The Pope Wrote a Memo to AI Developers. Most of You Missed It.
A builder's read of Magnifica Humanitas—what 'disarm AI' actually means, why 'alignment' alone isn't enough, and what to do about it in your config.
On May 25, the Vatican released eighty-two pages on artificial intelligence. The headline everyone ran with was disarm AI. That's not the most interesting part.

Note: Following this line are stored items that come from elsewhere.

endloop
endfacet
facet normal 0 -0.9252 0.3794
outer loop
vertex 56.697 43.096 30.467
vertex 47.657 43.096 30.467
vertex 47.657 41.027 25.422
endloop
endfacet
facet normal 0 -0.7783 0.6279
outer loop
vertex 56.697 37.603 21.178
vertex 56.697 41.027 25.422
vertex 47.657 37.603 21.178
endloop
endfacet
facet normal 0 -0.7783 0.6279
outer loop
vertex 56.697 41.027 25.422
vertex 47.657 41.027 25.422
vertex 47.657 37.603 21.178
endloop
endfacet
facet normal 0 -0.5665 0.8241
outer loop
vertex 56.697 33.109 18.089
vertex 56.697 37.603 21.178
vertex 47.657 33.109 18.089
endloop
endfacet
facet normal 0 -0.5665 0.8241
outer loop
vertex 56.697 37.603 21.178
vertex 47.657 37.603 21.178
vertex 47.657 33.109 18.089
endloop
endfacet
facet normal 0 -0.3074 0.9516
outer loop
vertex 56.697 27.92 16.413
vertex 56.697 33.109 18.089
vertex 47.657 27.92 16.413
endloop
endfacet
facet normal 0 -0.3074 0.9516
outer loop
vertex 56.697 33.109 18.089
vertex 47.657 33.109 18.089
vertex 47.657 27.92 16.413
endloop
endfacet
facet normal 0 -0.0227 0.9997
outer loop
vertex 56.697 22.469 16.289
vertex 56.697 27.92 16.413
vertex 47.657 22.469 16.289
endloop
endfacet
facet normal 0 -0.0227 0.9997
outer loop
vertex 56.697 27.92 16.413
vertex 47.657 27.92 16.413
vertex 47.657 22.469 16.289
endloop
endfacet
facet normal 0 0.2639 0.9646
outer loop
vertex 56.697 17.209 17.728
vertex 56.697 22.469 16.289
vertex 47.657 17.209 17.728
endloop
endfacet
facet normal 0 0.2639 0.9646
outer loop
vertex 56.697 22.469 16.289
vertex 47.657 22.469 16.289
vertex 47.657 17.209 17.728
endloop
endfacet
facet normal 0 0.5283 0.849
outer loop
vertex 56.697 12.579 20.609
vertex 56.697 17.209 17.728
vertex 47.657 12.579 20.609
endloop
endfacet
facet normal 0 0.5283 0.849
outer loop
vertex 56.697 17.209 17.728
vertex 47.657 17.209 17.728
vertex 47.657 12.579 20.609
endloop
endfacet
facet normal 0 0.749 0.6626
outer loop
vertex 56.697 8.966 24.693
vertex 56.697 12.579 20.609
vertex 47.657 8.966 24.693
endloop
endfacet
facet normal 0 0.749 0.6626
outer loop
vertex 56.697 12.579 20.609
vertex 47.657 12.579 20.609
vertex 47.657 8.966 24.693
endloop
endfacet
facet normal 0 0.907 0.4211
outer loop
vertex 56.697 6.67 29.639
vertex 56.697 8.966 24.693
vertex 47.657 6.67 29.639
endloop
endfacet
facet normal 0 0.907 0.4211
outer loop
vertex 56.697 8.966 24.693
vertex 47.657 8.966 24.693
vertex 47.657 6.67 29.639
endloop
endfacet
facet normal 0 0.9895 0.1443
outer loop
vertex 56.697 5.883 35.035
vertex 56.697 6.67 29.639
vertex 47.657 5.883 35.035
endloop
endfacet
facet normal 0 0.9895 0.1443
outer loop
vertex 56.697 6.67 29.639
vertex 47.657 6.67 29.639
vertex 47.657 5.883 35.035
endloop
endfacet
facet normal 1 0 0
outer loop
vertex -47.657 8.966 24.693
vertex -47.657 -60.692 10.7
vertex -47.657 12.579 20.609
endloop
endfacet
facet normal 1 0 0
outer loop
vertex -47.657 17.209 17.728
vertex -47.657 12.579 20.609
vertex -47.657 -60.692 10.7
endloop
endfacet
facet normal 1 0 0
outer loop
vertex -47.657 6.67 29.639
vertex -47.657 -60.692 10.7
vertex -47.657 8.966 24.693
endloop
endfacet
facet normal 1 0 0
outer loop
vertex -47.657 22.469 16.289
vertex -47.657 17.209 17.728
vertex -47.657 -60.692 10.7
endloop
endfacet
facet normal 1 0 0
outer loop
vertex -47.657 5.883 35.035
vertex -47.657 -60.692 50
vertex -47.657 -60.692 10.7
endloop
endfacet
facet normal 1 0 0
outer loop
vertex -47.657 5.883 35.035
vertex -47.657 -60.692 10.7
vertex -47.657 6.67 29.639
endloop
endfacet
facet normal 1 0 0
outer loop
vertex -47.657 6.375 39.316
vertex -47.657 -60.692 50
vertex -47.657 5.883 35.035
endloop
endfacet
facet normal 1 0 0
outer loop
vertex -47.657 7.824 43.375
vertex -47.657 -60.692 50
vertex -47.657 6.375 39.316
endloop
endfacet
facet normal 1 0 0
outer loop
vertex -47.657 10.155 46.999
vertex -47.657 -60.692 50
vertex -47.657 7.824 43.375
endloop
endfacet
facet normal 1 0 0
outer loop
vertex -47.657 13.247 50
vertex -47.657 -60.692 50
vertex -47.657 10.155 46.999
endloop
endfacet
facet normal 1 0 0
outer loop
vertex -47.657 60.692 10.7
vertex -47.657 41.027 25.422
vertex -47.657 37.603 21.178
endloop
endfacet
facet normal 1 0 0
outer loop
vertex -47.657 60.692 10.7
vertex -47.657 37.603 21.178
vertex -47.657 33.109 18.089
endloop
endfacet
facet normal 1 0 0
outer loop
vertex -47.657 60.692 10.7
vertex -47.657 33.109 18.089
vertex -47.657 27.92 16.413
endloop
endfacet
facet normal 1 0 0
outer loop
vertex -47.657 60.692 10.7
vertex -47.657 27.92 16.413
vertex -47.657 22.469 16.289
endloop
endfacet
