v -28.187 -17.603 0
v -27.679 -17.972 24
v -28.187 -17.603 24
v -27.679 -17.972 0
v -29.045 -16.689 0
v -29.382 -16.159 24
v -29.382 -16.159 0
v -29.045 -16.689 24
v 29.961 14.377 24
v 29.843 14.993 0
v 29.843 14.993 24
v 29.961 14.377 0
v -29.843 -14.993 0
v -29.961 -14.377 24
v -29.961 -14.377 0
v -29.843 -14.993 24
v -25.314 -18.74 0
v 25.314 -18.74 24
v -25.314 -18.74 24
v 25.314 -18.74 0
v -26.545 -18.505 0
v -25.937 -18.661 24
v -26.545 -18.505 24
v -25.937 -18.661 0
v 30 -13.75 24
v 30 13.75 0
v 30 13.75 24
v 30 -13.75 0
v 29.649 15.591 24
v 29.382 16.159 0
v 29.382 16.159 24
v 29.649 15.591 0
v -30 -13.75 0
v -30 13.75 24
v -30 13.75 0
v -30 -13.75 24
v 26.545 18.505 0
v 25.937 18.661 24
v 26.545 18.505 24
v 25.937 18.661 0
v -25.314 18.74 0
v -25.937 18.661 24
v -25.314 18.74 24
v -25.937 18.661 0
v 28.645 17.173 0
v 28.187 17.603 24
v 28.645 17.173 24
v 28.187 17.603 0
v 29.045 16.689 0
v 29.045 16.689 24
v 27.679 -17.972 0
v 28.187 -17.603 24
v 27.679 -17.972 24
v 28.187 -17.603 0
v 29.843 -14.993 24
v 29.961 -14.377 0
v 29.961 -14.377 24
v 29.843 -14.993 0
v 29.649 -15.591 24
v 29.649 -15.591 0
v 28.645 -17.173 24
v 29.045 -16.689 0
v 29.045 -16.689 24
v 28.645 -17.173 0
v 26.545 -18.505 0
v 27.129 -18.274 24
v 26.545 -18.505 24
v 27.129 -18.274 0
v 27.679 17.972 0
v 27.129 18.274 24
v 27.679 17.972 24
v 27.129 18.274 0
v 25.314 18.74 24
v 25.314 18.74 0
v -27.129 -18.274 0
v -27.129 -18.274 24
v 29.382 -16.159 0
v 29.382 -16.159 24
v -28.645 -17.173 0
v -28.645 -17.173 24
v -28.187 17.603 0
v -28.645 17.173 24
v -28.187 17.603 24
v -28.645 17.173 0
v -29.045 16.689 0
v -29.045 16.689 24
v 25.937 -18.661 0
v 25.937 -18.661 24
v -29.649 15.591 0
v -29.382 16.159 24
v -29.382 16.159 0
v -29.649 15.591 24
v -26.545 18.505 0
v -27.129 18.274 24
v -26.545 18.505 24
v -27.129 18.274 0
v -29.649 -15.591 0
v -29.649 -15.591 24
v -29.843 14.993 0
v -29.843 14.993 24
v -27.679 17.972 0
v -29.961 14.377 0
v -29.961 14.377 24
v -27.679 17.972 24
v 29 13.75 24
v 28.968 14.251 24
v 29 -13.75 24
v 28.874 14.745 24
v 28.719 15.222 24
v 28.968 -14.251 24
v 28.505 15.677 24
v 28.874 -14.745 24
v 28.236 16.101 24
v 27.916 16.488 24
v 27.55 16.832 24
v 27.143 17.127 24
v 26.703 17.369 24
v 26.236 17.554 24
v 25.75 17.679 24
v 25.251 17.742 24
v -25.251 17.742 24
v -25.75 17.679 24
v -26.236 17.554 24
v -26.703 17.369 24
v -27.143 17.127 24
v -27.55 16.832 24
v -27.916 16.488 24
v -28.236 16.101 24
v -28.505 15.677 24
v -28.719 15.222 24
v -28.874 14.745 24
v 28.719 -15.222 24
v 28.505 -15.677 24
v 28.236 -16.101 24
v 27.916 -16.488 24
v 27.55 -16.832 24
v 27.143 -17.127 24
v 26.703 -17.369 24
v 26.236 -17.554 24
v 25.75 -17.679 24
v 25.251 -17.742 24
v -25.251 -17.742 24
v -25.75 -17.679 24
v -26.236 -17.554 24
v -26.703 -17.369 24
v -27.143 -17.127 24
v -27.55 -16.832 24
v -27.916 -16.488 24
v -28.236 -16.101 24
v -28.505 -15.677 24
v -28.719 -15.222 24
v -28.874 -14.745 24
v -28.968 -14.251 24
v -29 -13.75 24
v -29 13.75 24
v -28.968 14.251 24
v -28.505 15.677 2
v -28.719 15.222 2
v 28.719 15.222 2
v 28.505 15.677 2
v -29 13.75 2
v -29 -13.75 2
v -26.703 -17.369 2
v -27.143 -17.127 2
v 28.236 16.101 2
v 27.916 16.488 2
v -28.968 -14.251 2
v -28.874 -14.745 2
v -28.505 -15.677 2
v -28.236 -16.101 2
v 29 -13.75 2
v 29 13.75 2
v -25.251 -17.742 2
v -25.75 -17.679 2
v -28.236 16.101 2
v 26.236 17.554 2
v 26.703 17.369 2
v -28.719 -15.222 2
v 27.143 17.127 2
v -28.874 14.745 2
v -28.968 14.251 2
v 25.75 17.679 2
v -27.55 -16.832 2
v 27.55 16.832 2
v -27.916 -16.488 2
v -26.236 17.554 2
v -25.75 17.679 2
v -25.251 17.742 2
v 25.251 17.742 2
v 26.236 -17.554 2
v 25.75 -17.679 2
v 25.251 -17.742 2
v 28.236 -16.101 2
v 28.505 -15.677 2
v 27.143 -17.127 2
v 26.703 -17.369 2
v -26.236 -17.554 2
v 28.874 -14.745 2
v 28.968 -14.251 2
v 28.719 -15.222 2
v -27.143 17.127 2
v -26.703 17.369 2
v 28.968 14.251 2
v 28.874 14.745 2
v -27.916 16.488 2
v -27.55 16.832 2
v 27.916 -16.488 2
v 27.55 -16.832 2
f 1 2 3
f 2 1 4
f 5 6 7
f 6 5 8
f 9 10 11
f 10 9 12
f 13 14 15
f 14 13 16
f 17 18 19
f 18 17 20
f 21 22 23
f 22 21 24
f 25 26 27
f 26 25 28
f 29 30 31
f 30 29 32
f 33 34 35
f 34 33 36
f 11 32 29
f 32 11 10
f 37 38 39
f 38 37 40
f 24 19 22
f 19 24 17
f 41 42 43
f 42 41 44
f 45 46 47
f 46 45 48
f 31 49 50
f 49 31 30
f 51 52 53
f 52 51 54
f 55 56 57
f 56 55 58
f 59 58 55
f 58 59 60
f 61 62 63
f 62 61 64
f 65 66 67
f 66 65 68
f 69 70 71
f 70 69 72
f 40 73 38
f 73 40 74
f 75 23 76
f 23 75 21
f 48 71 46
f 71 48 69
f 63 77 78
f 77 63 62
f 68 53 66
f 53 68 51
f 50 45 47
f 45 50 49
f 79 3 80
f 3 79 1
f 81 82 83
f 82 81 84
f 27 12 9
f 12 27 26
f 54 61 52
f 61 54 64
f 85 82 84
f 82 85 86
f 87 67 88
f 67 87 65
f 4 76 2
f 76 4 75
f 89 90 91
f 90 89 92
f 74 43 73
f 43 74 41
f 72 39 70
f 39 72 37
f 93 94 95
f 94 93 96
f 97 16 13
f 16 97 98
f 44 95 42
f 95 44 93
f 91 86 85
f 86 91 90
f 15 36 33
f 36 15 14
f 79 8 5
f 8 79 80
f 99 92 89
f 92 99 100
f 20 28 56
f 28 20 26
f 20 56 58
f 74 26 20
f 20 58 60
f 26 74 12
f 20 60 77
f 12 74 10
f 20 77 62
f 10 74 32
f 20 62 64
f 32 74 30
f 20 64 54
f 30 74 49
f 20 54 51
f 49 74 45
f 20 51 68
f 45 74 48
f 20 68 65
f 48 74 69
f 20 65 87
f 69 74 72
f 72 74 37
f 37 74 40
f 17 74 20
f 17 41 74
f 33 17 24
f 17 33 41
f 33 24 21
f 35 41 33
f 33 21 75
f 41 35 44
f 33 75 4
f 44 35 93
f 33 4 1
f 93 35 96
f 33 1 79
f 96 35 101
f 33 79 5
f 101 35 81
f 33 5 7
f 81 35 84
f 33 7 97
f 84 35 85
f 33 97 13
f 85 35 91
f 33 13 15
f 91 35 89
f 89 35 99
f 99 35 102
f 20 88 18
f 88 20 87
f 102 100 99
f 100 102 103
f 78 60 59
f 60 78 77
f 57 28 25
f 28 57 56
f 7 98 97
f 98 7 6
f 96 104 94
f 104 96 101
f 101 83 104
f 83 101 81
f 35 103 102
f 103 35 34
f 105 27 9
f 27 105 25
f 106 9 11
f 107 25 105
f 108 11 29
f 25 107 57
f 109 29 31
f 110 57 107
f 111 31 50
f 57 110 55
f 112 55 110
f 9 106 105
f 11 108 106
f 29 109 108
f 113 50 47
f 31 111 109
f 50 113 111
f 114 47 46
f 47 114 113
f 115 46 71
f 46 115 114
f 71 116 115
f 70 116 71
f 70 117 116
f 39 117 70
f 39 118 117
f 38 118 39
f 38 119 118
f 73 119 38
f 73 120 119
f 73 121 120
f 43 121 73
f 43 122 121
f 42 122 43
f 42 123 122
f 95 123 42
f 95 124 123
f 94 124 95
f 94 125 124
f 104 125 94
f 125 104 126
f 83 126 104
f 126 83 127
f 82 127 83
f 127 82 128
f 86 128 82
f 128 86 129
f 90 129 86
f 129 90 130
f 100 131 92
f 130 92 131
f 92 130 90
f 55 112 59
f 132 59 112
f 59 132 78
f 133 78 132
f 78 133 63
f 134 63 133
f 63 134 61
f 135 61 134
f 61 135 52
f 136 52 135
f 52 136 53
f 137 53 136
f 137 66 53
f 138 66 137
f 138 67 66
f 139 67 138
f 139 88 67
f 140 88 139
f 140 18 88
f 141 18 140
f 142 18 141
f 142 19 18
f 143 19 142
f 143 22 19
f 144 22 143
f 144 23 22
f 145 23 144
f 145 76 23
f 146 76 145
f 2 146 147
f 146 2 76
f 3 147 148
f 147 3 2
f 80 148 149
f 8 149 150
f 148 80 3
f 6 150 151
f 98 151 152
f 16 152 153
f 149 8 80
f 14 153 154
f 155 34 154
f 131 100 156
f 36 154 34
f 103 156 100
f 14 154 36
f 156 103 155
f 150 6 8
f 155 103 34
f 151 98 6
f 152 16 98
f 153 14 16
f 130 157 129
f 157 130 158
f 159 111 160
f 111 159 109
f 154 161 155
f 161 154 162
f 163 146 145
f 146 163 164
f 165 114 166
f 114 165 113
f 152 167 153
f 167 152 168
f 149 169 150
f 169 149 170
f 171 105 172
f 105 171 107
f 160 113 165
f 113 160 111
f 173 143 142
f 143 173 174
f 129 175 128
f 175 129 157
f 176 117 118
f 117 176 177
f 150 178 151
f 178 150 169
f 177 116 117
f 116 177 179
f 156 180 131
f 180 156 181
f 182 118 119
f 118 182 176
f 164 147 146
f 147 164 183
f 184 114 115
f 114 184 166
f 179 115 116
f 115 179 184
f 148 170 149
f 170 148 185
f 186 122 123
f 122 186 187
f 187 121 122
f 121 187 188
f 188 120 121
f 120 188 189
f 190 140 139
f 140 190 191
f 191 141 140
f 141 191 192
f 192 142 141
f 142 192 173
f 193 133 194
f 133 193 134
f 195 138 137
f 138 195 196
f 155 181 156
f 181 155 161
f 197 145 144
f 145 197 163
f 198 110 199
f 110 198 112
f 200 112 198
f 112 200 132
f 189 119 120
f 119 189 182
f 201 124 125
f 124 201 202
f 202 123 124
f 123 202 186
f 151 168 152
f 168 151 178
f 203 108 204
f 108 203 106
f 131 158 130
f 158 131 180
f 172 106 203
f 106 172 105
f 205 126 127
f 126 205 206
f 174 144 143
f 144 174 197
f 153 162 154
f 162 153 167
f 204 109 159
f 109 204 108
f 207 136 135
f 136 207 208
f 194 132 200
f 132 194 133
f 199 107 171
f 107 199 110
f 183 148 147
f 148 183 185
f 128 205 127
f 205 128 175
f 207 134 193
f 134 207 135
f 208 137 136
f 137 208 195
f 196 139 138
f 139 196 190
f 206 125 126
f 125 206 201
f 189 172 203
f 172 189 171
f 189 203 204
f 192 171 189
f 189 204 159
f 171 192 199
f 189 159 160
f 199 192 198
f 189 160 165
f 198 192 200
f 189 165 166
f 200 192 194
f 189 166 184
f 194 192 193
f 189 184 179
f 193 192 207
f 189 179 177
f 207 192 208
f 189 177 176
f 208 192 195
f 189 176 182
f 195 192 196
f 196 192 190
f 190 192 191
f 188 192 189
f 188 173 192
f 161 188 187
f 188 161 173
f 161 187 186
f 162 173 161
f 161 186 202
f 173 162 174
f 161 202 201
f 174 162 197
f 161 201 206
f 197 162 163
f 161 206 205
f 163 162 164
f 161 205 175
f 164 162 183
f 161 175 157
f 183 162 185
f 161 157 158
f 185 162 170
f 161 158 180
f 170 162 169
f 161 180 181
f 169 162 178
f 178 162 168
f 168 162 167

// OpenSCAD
$fn = 50;


difference() {
	union() {
		hull() {
			translate(v = [-25.0000000000, 13.7500000000, 0]) {
				cylinder(h = 24, r = 5);
			}
			translate(v = [25.0000000000, 13.7500000000, 0]) {
				cylinder(h = 24, r = 5);
			}
			translate(v = [-25.0000000000, -13.7500000000, 0]) {
				cylinder(h = 24, r = 5);
			}
			translate(v = [25.0000000000, -13.7500000000, 0]) {
				cylinder(h = 24, r = 5);
			}
		}
	}
	union() {
		translate(v = [0, 0, 2]) {
			#hull() {
				translate(v = [-25.0000000000, 13.7500000000, 0]) {
					cylinder(h = 22, r = 4);
				}
				translate(v = [25.0000000000, 13.7500000000, 0]) {
					cylinder(h = 22, r = 4);
				}
				translate(v = [-25.0000000000, -13.7500000000, 0]) {
					cylinder(h = 22, r = 4);
				}
				translate(v = [25.0000000000, -13.7500000000, 0]) {
					cylinder(h = 22, r = 4);
				}
			}
		}
	}
}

The most interesting part is paragraph 111. It's a direct, two-paragraph appeal to people who build AI. I've read most of the major coverage now—Vatican News, NCR, America, USCCB, NPR—and almost none of it quoted that paragraph. The other thing nobody seems to have noticed: Christopher Olah, co-founder of Anthropic, was at the Vatican presentation. The lab that ships Claude sent a senior researcher to stand next to the Pope while he released this thing.
I'm a systems engineer, not a theologian. But I build agents for a living now, and I read all eighty-two pages. Here's what stuck.
The Pope knows how AI actually works
This is the part that surprised me.
Most religious commentary on technology reads like it was written by somebody who has never opened a terminal. Magnifica Humanitas doesn't. In paragraph 98, Leo writes:
current AI systems are more "cultivated" than "built," for developers do not directly design every detail, but instead create a framework within which the intelligence "grows." As a result, fundamental scientific aspects — such as the internal representations and computational processes of these systems — remain, at present, unknown.
That is a correct, careful description of how transformer training works. It's a Pope acknowledging mechanistic interpretability is an open problem. In an encyclical. Without using the word transformer.
He continues in paragraph 99—these systems "merely imitate certain functions of human intelligence." They do "a form of statistical adaptation based on data and feedback, which can be very effective, but does not imply inner growth." Again—that’s accurate. He's not saying AI is fake or evil. He's saying it's not what its loudest cheerleaders claim it is, and he's saying it in language a research scientist would nod along to.
So when he gets to the harder asks, you can't dismiss him as a guy who doesn't get it.
The thing he gets right that hurts
The most uncomfortable paragraph in the encyclical, for builders, is 107. Read it slowly:
We cannot be satisfied with merely calling for the moralization of machines — the so-called "alignment" of AI with human values — without also having the courage to insist on a further condition: the possibility of openly discussing the ethical frameworks involved and subjecting them to shared standards of social justice. Otherwise, those who control AI will impose their own moral vision, which will become the invisible infrastructure of these systems. A more moral AI is not enough if that morality is determined by a few.
The Pope just published a critique of RLHF.
Not of AI. Of alignment as currently practiced. His point is straightforward: when a handful of labs decide what their models will and won't say, that decision becomes the invisible scaffolding the rest of us build on. The model's politics, its refusals, its assumptions about what's controversial—those came from a small group of humans in a small number of buildings, and the rest of us inherit them whether we like it or not.
You can agree or disagree with the conclusion. But name another mainstream institution that has put the critique on paper this cleanly. I can't.
For ASTGL readers, the practical version of this is something I think about constantly. I build on Claude. I didn't sit in the room where Claude was aligned. Most of the people reading this didn't either. We are downstream of someone else's moral framework, and pretending otherwise is bad engineering.
Paragraph 111—the part written for us
Here is the paragraph everyone skipped. I'm going to quote the whole thing so you can read it once without me in the way:
Three asks. Let's unpack them.
Transparency isn't just "open-source your code." In context, it means: be honest about what your system is and isn't. What it measures. What it discards. What it can't see. If your agent silently filters certain users out of consideration, that's a design choice. Don't hide it inside a "neutral" classifier.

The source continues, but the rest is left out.